Ryan Taft: Sure, timing and different tissue specificity, environmental cues, all that kind of
stuff. So we're really interested in teasing out what we think is a regulatory network that
overlays all of the genes that hides in the junk/non-junk.

Robyn Williams: You said tissues...for example, if my liver wants to do things that are programmed
in the DNA, it doesn't want to be distracted by DNA for a big toe or a left nipple, it wants to do
liver things. So is the junk saying 'concentrate on what you're good at, be a liver'? In other
words, that kind of specificity is what it's all about.

Ryan Taft: Yes, we think so, that's exactly right. The other thing we have to take into account
here is that the number of genes we have as humans and the number of genes a fruit fly has are
almost exactly the same. And not only that, the raw amount of sequence that's devoted to making
regular genes is almost the same, it's about ten million nucleotides. So something had to change to
make us humans, and fruit flies fruit flies. So we think that resides in the junk.

Robyn Williams: So what specifically are you actually doing in research now?

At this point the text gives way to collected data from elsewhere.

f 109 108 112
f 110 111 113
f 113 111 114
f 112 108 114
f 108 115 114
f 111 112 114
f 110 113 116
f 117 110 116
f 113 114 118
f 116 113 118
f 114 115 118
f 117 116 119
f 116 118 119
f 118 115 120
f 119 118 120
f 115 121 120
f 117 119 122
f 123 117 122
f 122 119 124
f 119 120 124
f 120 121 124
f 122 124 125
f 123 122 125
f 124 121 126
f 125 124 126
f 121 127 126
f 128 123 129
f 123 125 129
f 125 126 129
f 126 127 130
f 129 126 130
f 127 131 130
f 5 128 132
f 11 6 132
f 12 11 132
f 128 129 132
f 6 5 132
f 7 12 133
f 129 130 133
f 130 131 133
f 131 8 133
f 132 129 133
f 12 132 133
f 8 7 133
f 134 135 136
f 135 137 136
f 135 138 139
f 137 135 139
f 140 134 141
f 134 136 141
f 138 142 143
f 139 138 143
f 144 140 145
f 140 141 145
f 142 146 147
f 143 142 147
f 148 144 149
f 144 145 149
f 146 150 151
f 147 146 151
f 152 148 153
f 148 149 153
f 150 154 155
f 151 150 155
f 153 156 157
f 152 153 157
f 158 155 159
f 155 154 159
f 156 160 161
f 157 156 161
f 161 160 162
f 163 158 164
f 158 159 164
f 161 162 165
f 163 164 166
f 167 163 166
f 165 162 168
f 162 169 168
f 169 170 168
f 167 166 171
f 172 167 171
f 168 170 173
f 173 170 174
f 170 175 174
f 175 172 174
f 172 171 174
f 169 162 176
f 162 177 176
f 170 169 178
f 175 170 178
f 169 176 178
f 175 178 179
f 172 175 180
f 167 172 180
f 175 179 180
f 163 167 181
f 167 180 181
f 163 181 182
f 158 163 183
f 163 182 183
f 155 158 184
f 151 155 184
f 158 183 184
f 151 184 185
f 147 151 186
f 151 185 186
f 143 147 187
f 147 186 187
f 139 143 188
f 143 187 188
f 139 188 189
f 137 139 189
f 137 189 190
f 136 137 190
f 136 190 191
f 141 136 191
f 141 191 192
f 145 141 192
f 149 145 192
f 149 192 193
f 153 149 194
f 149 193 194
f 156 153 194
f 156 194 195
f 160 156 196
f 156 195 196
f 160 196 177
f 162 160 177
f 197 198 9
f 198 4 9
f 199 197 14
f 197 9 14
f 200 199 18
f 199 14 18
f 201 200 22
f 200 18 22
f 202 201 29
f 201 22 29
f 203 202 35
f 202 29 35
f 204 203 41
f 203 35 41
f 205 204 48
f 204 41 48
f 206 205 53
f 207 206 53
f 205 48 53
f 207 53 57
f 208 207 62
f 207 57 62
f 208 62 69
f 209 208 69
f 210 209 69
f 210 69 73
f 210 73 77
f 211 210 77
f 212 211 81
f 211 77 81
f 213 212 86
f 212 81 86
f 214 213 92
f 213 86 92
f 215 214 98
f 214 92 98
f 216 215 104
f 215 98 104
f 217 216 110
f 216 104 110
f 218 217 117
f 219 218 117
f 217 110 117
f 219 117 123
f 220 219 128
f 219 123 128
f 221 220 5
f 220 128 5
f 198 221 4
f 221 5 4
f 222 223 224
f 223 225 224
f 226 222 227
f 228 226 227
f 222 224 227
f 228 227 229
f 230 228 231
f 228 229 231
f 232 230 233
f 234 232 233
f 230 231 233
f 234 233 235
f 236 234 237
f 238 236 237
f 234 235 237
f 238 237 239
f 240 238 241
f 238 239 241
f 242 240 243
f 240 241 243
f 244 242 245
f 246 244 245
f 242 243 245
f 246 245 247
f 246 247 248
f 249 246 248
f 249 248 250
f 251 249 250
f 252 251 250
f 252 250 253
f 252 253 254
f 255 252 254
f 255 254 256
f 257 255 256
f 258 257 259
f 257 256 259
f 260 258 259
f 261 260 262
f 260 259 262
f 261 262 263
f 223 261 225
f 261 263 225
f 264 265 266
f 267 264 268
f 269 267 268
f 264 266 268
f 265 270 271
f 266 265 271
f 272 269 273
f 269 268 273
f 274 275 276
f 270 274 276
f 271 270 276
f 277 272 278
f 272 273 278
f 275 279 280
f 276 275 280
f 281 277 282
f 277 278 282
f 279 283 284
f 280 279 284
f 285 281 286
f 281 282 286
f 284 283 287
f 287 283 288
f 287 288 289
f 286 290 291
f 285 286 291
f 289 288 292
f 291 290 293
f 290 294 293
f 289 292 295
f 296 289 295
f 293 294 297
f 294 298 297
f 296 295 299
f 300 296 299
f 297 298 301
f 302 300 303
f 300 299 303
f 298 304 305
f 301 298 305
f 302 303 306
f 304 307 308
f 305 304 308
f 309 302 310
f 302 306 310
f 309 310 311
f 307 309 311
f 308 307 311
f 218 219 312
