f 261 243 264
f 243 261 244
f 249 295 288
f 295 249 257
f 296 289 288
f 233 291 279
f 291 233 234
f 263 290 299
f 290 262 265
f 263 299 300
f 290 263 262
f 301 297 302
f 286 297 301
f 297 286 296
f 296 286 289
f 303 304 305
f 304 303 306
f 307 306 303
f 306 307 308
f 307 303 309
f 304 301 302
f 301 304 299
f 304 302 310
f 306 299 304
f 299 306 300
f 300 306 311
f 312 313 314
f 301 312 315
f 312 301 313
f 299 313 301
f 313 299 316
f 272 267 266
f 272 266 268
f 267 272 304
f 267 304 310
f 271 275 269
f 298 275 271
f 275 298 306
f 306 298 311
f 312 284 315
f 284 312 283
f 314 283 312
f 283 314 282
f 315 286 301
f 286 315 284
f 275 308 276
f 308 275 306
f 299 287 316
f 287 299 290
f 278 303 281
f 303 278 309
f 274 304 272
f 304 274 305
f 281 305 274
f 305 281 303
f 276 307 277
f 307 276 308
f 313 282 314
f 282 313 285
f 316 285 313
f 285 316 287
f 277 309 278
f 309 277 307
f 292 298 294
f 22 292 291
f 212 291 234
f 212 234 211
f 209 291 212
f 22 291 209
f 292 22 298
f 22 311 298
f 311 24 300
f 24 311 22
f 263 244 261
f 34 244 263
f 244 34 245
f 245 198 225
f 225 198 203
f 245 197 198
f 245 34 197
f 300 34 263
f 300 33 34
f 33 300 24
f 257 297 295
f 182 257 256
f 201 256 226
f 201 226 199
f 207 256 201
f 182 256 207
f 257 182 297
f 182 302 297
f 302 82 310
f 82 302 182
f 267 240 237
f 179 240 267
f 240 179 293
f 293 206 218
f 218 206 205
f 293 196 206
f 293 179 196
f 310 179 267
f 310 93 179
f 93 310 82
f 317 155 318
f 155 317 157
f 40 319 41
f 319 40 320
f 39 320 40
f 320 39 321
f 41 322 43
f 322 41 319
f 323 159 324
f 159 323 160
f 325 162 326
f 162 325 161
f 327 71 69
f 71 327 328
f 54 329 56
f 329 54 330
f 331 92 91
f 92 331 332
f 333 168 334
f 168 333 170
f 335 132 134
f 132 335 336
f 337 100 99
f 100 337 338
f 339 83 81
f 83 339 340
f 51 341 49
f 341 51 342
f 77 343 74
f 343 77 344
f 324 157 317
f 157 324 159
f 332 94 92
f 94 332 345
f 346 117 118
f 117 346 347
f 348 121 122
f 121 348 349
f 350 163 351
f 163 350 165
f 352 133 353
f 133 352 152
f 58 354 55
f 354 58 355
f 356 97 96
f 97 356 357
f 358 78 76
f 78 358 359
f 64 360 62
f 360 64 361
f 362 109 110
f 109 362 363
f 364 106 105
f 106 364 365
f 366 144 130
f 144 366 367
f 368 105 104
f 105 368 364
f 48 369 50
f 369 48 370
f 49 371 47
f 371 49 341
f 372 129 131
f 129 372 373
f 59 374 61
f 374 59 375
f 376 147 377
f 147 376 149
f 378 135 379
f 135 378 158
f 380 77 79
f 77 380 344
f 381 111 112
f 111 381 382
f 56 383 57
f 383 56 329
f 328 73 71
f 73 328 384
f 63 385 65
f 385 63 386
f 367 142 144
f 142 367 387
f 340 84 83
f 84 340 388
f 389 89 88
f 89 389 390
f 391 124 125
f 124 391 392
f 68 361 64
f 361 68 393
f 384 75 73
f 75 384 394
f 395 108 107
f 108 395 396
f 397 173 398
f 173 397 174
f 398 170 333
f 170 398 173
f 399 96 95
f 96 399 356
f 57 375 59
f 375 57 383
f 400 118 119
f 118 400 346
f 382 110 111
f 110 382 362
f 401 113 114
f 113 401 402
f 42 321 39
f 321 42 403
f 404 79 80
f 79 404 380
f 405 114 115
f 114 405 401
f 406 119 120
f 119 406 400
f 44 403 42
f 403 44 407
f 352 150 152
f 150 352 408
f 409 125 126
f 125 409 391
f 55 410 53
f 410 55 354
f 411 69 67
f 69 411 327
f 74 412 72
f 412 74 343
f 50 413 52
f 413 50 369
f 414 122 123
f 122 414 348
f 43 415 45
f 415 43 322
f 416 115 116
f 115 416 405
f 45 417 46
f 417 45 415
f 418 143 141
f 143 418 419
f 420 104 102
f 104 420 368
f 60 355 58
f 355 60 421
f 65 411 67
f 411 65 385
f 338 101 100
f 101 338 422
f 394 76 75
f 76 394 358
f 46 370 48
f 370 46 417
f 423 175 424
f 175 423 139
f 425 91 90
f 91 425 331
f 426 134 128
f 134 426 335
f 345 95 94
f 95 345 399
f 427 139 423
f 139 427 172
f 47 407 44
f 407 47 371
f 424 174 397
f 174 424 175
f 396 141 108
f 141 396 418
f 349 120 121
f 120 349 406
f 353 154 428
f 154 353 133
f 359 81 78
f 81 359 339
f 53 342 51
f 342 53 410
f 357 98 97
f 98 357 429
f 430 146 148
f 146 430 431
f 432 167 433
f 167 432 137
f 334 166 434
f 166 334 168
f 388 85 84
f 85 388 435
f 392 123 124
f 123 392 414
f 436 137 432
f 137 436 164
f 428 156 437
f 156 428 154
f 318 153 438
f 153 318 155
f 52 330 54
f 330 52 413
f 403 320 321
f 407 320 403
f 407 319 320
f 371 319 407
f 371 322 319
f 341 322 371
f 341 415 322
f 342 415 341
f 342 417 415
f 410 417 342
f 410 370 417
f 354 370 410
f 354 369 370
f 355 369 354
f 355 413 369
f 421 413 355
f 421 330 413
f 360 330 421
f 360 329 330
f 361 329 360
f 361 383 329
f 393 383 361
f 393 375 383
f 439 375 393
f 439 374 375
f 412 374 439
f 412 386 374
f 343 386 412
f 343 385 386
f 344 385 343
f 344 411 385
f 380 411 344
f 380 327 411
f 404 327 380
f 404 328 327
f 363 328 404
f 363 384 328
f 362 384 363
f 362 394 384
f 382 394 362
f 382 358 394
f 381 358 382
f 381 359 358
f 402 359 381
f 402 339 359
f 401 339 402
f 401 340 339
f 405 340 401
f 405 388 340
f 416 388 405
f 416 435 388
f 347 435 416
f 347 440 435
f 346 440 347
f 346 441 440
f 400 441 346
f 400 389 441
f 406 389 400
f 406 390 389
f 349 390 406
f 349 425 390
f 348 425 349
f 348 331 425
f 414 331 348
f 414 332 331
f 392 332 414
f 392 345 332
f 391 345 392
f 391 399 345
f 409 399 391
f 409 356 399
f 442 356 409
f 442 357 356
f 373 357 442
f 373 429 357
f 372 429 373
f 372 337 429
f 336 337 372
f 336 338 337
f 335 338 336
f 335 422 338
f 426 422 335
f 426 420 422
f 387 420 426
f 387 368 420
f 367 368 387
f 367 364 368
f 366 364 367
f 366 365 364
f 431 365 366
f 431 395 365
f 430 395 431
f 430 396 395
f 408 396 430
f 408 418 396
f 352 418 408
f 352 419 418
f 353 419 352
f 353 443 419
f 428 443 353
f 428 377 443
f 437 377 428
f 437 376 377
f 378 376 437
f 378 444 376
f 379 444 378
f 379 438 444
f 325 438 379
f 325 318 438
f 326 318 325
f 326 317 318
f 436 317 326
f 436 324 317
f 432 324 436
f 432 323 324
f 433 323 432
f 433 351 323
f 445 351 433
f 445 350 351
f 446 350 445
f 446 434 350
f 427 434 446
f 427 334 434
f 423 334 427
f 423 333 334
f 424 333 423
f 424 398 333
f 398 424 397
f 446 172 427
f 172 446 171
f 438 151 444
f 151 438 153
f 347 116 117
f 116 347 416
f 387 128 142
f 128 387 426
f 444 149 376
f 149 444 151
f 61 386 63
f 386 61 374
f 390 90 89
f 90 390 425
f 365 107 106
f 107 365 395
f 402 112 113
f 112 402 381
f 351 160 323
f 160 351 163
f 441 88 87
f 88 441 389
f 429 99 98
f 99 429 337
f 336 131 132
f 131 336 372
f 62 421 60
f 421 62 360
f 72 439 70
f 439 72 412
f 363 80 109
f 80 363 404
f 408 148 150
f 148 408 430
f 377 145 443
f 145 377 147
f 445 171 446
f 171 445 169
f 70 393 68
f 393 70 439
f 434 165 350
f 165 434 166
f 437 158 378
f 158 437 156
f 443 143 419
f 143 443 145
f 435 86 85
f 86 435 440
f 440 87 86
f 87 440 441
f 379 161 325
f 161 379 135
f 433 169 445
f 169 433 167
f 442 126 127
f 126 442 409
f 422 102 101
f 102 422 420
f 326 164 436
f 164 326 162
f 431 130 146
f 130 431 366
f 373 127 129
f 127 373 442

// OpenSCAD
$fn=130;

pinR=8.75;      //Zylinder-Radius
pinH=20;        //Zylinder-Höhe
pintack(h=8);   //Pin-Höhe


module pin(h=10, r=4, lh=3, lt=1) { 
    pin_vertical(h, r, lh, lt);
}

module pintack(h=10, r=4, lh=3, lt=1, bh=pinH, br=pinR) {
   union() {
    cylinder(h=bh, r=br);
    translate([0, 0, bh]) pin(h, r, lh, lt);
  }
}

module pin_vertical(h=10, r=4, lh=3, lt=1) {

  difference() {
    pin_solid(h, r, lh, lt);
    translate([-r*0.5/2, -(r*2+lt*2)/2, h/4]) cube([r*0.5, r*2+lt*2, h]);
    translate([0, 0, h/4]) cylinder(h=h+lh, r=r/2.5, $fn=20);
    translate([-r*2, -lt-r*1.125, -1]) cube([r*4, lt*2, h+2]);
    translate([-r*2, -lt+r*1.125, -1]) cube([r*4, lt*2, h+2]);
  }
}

Ryan Taft: We're working with some really fascinating technologies, they're called deep sequencing
technologies or high throughput sequencing technologies. And when the human genome was sequenced it
took billions and billions of dollars and millions of machines and thousands and thousands of
people to put it all together. The human genome is about three billion bases. So we have machines
right now that they expect by the end of the year will be able to output 100 gigabases or 30
equivalents of the human genome in a single experiment.

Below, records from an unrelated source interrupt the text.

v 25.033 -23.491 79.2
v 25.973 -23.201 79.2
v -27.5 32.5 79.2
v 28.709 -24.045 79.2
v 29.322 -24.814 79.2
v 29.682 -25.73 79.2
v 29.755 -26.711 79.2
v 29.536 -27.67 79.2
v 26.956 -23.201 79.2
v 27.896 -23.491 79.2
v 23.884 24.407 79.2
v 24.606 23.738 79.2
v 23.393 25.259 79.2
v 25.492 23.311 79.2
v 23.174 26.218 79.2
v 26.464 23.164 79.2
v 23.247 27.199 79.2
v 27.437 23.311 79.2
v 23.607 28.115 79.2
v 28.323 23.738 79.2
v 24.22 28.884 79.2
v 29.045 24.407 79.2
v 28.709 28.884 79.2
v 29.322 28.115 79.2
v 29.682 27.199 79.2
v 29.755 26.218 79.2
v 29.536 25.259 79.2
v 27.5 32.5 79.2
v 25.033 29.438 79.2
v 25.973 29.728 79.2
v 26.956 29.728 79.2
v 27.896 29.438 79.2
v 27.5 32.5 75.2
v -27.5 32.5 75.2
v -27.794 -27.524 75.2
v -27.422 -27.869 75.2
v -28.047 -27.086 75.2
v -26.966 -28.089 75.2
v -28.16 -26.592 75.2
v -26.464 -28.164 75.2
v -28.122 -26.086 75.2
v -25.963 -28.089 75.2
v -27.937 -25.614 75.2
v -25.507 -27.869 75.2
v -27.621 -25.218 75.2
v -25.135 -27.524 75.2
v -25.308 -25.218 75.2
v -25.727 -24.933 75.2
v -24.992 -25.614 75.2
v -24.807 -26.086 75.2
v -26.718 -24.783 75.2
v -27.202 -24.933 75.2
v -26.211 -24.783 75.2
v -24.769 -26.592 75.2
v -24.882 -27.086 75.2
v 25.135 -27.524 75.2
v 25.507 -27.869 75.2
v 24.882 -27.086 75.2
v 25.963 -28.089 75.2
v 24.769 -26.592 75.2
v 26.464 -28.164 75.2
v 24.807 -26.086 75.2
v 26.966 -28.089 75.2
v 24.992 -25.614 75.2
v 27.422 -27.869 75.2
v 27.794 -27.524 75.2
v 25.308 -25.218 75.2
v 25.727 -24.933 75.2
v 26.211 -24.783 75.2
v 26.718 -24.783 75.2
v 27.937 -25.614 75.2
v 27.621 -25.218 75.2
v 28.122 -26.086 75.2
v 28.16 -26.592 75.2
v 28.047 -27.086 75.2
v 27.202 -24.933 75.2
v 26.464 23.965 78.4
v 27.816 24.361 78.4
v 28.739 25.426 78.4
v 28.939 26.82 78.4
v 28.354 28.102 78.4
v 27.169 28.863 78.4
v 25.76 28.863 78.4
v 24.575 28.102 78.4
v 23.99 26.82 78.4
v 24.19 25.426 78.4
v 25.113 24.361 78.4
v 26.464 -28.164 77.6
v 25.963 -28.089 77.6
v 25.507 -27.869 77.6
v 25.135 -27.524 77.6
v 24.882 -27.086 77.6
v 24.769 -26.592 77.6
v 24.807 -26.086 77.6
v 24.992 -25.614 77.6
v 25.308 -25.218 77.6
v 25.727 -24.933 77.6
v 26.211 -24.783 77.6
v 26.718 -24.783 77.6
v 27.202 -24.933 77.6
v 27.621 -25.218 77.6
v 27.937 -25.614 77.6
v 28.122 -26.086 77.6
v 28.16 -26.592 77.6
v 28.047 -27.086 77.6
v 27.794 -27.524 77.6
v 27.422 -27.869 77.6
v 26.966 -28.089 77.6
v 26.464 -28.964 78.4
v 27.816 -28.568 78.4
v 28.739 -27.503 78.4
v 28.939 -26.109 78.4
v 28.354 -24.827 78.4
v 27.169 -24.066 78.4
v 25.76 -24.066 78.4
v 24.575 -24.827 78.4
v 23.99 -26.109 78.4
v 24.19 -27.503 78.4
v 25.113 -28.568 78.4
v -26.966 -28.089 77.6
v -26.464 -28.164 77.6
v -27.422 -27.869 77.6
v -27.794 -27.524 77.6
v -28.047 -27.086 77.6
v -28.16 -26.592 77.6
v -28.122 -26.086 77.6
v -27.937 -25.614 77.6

So we've been using these experiments to really dig into this stuff in a way that nobody thought
was even possible five years ago. So we're looking for small RNAs, so these are components of the
regulatory system that are really, really tiny. So the most popular or well known form of these are
called micro RNAs and they're about 20 nucleotides long. Most average genes are 2,000, so these are
a lot smaller. We've been looking at micro RNAs and that's how we started to discover new small
RNAs that we think are part of the regulatory network.

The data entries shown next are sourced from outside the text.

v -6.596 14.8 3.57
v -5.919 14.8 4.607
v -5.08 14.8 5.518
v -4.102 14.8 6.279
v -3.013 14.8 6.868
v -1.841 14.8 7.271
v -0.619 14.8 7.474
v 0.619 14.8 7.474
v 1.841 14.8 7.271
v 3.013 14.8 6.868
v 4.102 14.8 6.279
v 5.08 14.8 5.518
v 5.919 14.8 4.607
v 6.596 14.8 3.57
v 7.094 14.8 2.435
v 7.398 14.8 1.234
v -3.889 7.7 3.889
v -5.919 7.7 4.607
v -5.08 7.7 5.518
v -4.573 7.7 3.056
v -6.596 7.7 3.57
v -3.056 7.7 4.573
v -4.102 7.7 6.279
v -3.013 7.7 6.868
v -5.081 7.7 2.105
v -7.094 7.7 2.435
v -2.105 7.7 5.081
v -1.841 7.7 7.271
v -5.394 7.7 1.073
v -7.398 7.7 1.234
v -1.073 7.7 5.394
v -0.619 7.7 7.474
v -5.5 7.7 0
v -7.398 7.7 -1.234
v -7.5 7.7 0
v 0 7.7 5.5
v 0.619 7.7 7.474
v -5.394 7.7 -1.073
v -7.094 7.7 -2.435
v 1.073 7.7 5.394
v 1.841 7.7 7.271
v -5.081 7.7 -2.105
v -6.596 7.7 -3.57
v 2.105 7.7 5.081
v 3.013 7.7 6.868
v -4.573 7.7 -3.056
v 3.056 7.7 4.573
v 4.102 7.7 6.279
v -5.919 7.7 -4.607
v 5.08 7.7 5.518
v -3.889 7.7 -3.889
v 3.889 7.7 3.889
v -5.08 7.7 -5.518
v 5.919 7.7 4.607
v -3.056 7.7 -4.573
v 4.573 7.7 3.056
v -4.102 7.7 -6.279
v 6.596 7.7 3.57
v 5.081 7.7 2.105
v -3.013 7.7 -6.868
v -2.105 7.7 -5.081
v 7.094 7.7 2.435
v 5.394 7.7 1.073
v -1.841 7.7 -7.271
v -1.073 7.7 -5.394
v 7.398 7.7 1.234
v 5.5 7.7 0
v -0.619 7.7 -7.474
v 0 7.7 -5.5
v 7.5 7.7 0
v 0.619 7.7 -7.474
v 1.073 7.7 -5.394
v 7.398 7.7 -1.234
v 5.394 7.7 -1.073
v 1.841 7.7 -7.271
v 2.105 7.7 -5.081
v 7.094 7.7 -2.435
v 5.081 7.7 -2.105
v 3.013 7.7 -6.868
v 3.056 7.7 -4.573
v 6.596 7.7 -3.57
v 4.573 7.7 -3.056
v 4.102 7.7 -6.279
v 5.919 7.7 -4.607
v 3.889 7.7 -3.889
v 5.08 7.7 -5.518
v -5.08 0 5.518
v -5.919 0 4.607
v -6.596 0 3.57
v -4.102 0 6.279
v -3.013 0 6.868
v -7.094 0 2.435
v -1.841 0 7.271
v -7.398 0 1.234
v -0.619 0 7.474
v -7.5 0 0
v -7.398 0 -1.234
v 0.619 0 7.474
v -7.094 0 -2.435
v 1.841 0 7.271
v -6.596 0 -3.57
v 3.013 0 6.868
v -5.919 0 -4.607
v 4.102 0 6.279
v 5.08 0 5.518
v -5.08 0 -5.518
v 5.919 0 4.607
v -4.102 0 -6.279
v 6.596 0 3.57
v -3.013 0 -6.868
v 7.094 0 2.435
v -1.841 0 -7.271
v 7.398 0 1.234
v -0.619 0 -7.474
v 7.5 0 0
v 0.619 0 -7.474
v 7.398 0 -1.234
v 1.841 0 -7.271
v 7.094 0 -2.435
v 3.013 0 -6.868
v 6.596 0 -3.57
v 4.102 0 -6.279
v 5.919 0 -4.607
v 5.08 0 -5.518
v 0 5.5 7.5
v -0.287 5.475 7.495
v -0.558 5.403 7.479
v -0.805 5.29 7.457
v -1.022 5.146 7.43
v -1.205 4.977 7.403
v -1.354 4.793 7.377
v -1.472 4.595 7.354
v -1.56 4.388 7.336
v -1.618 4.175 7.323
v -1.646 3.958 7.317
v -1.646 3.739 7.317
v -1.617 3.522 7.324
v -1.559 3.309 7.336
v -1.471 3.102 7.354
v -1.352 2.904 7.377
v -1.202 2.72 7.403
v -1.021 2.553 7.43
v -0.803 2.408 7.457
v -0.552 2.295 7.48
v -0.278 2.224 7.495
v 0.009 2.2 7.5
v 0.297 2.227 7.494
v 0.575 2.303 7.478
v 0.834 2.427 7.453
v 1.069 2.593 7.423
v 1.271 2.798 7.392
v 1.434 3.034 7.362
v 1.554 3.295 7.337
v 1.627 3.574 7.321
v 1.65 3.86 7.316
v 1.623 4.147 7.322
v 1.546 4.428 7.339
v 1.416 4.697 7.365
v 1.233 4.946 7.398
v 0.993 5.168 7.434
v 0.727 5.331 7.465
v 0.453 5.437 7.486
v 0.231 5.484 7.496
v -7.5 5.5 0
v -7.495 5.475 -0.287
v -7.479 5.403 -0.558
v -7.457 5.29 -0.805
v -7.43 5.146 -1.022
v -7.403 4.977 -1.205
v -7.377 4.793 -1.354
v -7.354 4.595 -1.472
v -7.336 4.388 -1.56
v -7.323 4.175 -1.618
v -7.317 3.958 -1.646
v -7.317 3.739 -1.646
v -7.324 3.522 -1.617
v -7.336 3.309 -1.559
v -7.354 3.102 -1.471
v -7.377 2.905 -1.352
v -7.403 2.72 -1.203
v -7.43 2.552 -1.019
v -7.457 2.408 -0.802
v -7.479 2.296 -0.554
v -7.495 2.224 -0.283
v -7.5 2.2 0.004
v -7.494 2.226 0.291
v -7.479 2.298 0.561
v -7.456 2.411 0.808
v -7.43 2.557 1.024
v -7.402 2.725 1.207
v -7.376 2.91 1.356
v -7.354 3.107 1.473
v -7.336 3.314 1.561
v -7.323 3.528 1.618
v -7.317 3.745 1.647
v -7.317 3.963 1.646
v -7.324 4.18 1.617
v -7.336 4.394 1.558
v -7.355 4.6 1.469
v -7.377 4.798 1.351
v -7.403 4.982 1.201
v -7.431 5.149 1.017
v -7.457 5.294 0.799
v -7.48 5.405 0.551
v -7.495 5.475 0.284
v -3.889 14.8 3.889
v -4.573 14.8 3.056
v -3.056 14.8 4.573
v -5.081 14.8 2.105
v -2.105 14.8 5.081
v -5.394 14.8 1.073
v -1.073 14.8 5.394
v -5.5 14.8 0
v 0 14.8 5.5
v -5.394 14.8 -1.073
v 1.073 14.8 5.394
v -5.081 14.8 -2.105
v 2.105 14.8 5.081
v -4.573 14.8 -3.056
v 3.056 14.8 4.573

Robyn Williams: When you refer to these RNAs, are they the ones that are the message that comes off
the DNA, the template? In other words, if the DNA is the code, the RNA is the message saying 'go
off and do that' which travels somewhere else to carry the instruction.

Ryan Taft: Exactly. So DNA is like the storehouse for all this information and RNA is the
intermediary, and then proteins are your final output, or at least that's the central dogma. So
what we're finding though is RNA does a whole lot of stuff on its own, and like we talked about
just a few minutes ago, genes are only about 2%. But we're finding that 90% of the human genome is
made into RNA. So the question is what is all that RNA doing, and we think it's helping to define
this liver tissue versus the big toe and all that stuff, yes.

Robyn Williams: What's the payoff, having crunched all these RNAs and looked at all the junk that
suddenly is not junk, when you surface from all this toil, how will we know the world has changed
to our benefit?

Ryan Taft: I think I can use one of the things we're working on right now as an example. So what
we've found is that RNA is even smaller than anyone expected; they are only 18 nucleotides long,
which when you consider the human genome as three billion, we're talking very, very tiny. And these
reside at the beginnings of genes, or kind of hiding in the very beginnings of genes. We have some
very tantalising evidence that these might be regulating how genes are turned on and turned off. So
one of the things we're speculating right now is that we might be able to use these to help turn on
and turn off genes exogenously, we might be able to introduce these into cells or take them out of
cells and start to work on therapeutic techniques using them. So I think there's going to be a lot
of little steps like this, I think it's always a gradual process in science, but little discoveries
like this tells us we're on the right track.

Robyn Williams: Ryan Taft is at the University of Queensland, a graduate student from California.
Catch them young and give them a boost. And of course money helps.